The reaction,
cyclopropane propene (isomerization),
was observed to have rate constants k = 0.000213 s-1 at 477 °C and k = 0.0328 s-1 at 577 °C. What is the value of Ea expressed in kJ mol-1? Round your answer to 3 significant figures.
Plug your numbers into the Arrhenius equation and solve for Ea.
i don't get the right answer. Plus arent we missing A?
I use ln(k2/k1) = (Ea/R)(1/T1 - 1/T2)
Don't forget that Ea is in Joules, R = 8.314 and T must be in Kelvin.
Please for the love of god explain how i do the last bit of this equation on the calculator
To determine the value of Ea (activation energy) expressed in kJ mol-1, we can use the Arrhenius equation. The Arrhenius equation relates the rate constant (k) of a chemical reaction to the temperature (T) and the activation energy (Ea) of the reaction:
k = A * e^(-Ea/RT)
Where:
- k is the rate constant of the reaction.
- A is the pre-exponential factor, which represents the frequency of successful collisions between reactant molecules.
- Ea is the activation energy.
- R is the gas constant (8.314 J/mol∙K).
- T is the absolute temperature in Kelvin.

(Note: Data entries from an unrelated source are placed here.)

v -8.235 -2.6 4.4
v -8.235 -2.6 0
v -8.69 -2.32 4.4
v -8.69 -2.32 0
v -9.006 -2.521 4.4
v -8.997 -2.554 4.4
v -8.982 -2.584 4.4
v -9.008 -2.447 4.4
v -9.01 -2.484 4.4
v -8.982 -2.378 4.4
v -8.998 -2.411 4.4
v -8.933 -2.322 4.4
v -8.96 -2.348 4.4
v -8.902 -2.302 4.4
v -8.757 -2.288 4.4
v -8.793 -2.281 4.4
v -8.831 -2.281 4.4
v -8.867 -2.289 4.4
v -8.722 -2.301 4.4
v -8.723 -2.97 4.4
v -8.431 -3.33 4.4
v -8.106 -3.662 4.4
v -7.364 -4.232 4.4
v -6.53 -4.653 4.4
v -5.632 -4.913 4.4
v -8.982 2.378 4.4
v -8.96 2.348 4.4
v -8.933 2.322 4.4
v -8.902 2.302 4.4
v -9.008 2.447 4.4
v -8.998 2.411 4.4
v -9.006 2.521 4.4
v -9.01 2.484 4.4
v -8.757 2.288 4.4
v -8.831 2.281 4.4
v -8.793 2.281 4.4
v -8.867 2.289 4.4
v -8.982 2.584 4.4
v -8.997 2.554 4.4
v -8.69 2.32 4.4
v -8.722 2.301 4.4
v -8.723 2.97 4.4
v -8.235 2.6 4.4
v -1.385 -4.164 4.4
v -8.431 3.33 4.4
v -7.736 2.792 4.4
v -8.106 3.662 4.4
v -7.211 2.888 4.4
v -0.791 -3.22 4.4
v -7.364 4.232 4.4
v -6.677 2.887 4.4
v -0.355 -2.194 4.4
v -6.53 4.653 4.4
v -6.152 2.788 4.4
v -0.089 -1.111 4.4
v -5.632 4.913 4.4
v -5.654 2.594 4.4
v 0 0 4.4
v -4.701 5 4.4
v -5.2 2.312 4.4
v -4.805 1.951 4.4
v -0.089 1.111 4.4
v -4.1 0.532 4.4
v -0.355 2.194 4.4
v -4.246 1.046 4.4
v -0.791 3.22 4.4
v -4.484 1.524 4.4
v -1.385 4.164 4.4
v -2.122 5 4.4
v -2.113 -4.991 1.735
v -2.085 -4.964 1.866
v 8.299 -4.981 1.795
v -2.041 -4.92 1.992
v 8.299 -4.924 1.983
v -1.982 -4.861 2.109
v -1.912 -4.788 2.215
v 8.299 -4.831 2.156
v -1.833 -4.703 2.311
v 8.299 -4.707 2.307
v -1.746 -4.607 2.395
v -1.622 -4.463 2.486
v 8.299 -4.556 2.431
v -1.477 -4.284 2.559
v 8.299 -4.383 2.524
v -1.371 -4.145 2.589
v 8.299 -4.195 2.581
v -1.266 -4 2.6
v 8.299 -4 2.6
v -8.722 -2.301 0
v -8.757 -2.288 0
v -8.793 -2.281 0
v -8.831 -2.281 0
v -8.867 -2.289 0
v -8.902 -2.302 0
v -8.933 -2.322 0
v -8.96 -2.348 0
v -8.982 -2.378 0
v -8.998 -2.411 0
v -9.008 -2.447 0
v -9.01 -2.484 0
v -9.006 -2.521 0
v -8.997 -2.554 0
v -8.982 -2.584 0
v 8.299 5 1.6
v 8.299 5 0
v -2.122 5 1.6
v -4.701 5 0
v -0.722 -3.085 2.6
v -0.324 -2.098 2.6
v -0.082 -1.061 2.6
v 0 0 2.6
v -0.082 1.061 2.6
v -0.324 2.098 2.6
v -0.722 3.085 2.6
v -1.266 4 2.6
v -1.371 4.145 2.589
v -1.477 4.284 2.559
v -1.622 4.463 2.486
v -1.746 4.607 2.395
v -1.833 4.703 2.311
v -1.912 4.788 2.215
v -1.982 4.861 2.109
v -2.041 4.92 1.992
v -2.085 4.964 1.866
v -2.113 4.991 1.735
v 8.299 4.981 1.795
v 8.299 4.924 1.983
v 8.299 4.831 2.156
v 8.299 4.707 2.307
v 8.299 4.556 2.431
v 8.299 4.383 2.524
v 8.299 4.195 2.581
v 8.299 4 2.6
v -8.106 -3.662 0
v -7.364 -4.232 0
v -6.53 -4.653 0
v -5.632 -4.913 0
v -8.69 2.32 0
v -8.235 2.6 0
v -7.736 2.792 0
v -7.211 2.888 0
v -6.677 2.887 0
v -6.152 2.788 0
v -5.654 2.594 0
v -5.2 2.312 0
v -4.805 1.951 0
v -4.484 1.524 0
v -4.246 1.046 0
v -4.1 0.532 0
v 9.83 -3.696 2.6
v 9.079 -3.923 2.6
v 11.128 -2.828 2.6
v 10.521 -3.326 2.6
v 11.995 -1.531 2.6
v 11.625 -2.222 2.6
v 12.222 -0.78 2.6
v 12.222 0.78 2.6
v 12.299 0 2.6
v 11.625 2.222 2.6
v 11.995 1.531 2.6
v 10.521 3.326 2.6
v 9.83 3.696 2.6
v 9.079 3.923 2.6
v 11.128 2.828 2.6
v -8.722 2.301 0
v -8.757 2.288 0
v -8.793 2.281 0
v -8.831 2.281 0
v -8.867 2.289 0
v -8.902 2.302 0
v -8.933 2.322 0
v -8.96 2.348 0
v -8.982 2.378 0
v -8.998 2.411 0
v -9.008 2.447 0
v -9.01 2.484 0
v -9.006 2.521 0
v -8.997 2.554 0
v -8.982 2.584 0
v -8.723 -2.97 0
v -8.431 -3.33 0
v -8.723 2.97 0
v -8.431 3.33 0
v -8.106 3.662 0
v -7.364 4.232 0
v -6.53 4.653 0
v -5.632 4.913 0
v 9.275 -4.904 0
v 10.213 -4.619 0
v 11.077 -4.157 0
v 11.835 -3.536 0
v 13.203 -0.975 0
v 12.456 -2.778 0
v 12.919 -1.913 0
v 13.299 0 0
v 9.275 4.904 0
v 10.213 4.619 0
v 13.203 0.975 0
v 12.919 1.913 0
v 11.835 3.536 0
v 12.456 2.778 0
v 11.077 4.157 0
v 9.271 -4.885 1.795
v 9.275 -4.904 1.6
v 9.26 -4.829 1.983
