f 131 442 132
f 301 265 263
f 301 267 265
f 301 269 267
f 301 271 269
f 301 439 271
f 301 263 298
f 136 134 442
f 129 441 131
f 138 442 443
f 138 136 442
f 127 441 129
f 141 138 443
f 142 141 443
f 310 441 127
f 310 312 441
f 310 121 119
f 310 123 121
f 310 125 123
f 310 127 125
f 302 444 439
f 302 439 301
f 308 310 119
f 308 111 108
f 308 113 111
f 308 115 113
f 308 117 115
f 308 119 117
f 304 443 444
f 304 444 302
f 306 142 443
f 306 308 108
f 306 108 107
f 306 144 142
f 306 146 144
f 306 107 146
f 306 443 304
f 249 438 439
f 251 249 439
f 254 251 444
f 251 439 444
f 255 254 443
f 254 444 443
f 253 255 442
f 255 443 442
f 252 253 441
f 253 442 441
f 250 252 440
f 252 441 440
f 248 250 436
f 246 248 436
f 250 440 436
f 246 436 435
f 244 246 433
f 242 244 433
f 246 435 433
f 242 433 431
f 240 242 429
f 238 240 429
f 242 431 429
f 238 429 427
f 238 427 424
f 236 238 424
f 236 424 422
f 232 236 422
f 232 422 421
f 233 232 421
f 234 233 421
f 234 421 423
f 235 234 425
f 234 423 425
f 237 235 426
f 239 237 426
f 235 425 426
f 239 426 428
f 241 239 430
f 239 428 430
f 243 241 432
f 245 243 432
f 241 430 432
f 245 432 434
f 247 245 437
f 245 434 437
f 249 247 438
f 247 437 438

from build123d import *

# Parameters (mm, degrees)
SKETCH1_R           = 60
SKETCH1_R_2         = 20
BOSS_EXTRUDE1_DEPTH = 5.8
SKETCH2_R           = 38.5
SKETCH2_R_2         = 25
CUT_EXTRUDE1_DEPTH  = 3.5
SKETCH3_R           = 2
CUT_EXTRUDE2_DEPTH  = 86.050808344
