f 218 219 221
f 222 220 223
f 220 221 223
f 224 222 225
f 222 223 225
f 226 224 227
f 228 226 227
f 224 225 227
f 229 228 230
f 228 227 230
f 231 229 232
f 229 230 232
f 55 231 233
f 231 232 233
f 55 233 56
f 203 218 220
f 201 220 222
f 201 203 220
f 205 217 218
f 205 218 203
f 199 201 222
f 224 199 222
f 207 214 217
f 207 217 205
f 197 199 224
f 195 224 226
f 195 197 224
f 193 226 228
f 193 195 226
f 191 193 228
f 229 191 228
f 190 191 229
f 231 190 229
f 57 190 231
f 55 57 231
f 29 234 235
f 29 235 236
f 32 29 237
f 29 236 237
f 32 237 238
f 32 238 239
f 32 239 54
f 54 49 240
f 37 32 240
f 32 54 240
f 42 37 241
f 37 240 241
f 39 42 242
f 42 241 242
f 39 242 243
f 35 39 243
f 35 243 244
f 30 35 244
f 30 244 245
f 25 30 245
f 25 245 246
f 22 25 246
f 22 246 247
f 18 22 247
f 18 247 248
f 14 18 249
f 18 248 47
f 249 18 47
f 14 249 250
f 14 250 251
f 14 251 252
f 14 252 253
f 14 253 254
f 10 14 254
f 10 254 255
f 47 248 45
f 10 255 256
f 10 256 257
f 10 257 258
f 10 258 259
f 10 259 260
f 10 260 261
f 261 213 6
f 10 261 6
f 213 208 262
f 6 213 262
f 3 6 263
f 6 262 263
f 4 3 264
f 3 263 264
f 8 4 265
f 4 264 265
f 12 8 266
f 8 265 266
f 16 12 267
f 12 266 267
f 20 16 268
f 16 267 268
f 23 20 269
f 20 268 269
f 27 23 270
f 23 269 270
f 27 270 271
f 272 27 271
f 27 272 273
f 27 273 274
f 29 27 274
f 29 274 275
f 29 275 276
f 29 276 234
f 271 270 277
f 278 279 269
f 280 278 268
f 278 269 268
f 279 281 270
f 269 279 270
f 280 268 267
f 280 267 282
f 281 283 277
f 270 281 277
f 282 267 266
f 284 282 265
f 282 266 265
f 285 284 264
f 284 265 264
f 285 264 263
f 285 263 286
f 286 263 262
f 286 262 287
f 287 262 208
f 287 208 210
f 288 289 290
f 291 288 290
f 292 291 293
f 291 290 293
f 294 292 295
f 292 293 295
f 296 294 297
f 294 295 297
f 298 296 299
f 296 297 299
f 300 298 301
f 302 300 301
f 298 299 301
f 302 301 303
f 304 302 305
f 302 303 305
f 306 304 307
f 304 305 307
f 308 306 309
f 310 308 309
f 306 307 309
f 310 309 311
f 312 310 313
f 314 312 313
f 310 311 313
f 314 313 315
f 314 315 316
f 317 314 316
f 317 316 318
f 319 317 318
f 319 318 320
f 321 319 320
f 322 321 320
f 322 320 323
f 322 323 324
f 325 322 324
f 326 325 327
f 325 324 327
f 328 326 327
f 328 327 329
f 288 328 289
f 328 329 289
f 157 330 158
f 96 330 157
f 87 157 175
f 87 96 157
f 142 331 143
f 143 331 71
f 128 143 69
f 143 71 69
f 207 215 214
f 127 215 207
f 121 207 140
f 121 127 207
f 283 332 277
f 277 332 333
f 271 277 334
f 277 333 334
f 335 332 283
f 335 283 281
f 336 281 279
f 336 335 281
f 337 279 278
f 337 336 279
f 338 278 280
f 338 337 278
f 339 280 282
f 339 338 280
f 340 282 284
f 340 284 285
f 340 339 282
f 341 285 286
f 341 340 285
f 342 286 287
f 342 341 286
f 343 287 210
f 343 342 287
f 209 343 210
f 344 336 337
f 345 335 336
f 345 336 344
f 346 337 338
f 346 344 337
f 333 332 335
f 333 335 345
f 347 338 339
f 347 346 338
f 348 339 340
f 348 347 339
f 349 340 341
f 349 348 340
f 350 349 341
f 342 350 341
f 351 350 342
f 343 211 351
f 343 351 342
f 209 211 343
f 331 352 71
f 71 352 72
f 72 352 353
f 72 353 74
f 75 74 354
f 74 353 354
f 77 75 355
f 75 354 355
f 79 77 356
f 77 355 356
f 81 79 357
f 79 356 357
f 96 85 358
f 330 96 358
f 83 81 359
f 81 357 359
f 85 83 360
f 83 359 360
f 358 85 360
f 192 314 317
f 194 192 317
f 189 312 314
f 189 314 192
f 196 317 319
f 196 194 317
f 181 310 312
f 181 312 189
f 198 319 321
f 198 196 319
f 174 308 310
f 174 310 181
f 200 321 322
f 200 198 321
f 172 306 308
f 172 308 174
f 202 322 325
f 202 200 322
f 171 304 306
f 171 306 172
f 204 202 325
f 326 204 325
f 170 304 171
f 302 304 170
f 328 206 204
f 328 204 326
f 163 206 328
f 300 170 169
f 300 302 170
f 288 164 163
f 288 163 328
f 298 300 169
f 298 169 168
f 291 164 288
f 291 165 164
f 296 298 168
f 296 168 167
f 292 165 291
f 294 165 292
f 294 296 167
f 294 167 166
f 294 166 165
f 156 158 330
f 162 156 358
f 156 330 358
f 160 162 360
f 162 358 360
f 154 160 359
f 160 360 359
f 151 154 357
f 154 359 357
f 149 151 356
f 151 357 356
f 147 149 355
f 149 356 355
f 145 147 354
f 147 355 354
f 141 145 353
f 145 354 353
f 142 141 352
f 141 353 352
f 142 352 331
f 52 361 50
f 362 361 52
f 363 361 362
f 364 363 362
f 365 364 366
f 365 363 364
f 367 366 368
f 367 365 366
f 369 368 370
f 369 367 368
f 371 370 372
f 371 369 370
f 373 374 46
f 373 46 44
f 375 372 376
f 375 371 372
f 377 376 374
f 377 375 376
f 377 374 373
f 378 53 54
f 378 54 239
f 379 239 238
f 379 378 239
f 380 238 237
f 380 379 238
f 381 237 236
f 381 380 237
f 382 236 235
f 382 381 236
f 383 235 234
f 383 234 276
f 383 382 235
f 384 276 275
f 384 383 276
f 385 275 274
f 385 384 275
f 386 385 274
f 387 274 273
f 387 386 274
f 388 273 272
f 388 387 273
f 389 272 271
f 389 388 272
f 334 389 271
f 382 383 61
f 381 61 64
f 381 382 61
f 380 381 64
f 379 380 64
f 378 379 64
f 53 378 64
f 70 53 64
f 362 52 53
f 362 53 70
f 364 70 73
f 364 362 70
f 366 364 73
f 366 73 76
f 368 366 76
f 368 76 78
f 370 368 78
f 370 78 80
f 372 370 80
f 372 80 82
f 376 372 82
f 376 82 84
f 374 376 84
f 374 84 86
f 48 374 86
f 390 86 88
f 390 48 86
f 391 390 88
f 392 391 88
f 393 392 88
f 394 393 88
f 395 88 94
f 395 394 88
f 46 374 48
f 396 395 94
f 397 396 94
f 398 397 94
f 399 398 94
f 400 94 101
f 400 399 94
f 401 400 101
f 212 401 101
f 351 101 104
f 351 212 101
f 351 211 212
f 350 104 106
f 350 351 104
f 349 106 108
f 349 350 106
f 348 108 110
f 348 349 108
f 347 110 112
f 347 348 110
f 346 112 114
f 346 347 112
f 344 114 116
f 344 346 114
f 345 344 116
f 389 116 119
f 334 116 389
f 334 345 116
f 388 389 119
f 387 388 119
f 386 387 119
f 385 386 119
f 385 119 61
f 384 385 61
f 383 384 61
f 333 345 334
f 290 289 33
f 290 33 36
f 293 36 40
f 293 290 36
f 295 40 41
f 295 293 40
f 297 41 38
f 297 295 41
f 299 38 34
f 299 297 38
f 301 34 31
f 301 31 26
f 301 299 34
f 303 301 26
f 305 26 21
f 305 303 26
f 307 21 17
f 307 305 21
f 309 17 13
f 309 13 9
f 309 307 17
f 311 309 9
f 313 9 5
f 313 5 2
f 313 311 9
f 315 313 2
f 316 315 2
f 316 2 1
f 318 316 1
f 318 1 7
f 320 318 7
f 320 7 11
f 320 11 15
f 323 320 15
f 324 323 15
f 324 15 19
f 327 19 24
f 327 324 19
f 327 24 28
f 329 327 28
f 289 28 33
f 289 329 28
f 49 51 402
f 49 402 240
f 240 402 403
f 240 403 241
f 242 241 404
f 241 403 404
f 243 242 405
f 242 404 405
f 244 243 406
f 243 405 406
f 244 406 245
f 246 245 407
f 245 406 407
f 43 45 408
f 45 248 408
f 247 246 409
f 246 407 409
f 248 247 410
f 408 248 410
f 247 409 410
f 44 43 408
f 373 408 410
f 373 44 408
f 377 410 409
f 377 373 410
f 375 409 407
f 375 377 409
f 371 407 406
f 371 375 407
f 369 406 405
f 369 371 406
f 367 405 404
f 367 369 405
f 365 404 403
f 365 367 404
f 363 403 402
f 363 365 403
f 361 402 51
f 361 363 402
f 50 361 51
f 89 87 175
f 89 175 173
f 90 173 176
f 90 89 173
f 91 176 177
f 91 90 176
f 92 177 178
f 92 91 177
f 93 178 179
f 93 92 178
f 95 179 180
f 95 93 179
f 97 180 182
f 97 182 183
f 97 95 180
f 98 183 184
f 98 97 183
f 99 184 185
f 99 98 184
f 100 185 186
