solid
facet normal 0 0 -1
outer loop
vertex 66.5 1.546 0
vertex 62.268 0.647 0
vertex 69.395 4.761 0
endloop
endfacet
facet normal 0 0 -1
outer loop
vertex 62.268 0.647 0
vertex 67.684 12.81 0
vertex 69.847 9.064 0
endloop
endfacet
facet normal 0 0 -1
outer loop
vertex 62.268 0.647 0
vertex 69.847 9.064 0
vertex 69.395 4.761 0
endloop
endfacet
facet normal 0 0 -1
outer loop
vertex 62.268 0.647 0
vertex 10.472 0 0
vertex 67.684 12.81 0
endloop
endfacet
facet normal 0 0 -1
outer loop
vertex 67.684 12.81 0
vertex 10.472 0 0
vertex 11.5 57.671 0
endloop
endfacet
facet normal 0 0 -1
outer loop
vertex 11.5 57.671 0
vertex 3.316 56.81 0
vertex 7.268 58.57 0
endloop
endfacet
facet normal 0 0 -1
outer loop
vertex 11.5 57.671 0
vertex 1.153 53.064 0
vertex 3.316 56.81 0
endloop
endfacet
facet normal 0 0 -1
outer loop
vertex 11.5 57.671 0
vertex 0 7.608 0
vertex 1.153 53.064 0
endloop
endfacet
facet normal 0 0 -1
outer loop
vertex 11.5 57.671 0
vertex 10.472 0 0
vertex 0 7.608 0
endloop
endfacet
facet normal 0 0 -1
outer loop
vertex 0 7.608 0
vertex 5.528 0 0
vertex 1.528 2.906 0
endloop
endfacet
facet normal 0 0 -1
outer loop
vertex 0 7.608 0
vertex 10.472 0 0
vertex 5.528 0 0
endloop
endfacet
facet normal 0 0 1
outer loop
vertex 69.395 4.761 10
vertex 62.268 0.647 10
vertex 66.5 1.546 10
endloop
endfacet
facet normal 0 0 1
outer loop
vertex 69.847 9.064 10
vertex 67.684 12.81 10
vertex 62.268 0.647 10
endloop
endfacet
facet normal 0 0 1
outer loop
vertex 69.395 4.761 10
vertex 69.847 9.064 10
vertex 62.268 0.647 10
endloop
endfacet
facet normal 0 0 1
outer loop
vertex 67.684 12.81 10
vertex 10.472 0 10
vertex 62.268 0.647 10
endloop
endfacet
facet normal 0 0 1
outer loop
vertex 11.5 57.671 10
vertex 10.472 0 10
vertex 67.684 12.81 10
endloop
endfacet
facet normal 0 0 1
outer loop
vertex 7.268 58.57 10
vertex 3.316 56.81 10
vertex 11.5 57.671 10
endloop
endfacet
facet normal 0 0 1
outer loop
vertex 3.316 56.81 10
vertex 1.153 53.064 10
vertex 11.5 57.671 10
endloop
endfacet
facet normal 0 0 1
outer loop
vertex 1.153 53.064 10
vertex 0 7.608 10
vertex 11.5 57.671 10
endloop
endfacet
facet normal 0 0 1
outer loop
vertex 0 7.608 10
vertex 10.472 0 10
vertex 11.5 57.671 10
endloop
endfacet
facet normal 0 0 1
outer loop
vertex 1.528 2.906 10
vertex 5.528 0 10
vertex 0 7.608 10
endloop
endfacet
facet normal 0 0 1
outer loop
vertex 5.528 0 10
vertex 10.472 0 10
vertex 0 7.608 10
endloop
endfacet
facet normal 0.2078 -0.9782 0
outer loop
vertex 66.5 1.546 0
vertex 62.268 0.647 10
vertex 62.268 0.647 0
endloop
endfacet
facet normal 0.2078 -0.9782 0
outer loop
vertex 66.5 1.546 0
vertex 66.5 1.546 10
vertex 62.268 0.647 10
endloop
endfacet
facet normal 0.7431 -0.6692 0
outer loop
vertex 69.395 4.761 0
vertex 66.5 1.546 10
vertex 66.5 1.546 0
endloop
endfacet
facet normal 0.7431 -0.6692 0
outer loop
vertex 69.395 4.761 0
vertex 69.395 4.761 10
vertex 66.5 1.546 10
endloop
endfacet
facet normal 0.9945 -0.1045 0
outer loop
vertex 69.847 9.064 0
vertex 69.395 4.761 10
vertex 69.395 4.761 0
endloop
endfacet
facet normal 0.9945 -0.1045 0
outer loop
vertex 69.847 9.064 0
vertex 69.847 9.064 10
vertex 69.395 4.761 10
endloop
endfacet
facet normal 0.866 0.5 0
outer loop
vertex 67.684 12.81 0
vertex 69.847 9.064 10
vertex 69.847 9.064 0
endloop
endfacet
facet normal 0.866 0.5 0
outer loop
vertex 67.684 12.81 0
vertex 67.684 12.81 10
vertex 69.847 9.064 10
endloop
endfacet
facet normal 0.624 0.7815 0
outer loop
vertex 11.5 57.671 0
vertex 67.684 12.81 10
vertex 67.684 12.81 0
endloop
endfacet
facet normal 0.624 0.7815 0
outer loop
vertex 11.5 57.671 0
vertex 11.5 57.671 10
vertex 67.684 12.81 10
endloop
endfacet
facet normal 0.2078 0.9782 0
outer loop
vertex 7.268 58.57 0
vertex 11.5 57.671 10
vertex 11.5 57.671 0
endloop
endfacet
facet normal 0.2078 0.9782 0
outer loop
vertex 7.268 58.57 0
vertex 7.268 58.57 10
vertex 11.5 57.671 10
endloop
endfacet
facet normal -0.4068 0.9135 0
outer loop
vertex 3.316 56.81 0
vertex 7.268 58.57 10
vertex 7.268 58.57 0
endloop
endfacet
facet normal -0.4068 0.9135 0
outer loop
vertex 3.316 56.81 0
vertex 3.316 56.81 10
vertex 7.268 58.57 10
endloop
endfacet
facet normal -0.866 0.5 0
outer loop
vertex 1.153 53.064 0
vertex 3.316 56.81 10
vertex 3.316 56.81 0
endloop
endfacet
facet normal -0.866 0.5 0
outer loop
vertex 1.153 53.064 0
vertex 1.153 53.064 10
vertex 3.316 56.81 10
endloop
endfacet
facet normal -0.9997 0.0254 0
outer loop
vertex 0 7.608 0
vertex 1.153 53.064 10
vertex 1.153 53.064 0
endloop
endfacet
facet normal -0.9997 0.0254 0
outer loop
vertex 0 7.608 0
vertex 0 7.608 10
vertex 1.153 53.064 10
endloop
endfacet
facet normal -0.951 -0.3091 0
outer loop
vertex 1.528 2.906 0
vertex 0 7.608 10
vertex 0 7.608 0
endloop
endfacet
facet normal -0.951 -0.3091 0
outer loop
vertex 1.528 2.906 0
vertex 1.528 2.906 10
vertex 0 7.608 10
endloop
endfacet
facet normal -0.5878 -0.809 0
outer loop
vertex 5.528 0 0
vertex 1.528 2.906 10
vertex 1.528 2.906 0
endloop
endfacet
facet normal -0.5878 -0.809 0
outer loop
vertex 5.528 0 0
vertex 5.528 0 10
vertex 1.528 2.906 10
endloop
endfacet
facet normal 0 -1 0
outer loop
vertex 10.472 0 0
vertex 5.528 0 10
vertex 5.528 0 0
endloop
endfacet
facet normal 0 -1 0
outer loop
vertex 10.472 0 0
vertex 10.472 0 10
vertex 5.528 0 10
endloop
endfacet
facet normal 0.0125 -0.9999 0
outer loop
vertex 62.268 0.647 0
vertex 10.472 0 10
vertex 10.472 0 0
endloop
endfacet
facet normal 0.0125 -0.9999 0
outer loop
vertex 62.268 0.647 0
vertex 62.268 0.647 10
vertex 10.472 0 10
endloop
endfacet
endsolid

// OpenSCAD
$fn = 32;

// ----------------------------------------------------------------------
// Lever arm: two bosses 16 and 14 mm, 55 mm between centres
// ----------------------------------------------------------------------

// --- parameters (mm) ---
profile_height = 10;      // extrusion height
profile_points = 13;      // points of the closed outline

profile = [[0, 7.608], [1.528, 2.906], [5.528, 0], [10.472, 0], [62.268, 0.647], [66.5, 1.546], [69.395, 4.761], [69.847, 9.064], [67.684, 12.81], [11.5, 57.671], [7.268, 58.57], [3.316, 56.81], [1.153, 53.064]];  // single closed polygon, 13 points, counter clockwise

// --- the one profile operation ---
linear_extrude(height = profile_height) polygon(points = profile);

Given that the reaction rate constants are k = 0.000213 s-1 at 477 °C (750 K) and k = 0.0328 s-1 at 577 °C (850 K), we can set up two equations using the Arrhenius equation:
For the first temperature:
0.000213 s-1 = A * e^(-Ea/(8.314 J/mol∙K * 750 K))
For the second temperature:
0.0328 s-1 = A * e^(-Ea/(8.314 J/mol∙K * 850 K))
To determine the activation energy (Ea), we can take the ratio of the two equations:
(0.0328 s-1)/(0.000213 s-1) = e^(-Ea/(8.314 J/mol∙K * 850 K)) / e^(-Ea/(8.314 J/mol∙K * 750 K))
Simplifying:
(0.0328 s-1)/(0.000213 s-1) = e^(-Ea/(8.314 J/mol∙K)) * (e^(750 K/(8.314 J/mol∙K)) / e^(850 K/(8.314 J/mol∙K)))
Taking the natural logarithm (ln) of both sides to remove the exponential term:
ln((0.0328 s-1)/(0.000213 s-1)) = -Ea/(8.314 J/mol∙K) + (750 K - 850 K)/(8.314 J/mol∙K)
Simplifying further:
ln((0.0328 s-1)/(0.000213 s-1)) = -Ea/(8.314 J/mol∙K) - 120 K/(8.314 J/mol∙K)
Now, we can rearrange the equation to solve for Ea:
Ea = -8.314 J/mol∙K * (ln((0.0328 s-1)/(0.000213 s-1)) + 120 K)
Finally, we can convert the activation energy from J/mol to kJ/mol by dividing by 1000:
Ea = (-8.314 J/mol∙K * (ln((0.0328 s-1)/(0.000213 s-1)) + 120 K)) / 1000
Evaluating this equation using the given data will give you the value of Ea expressed in kJ mol-1, rounded to 3 significant figures.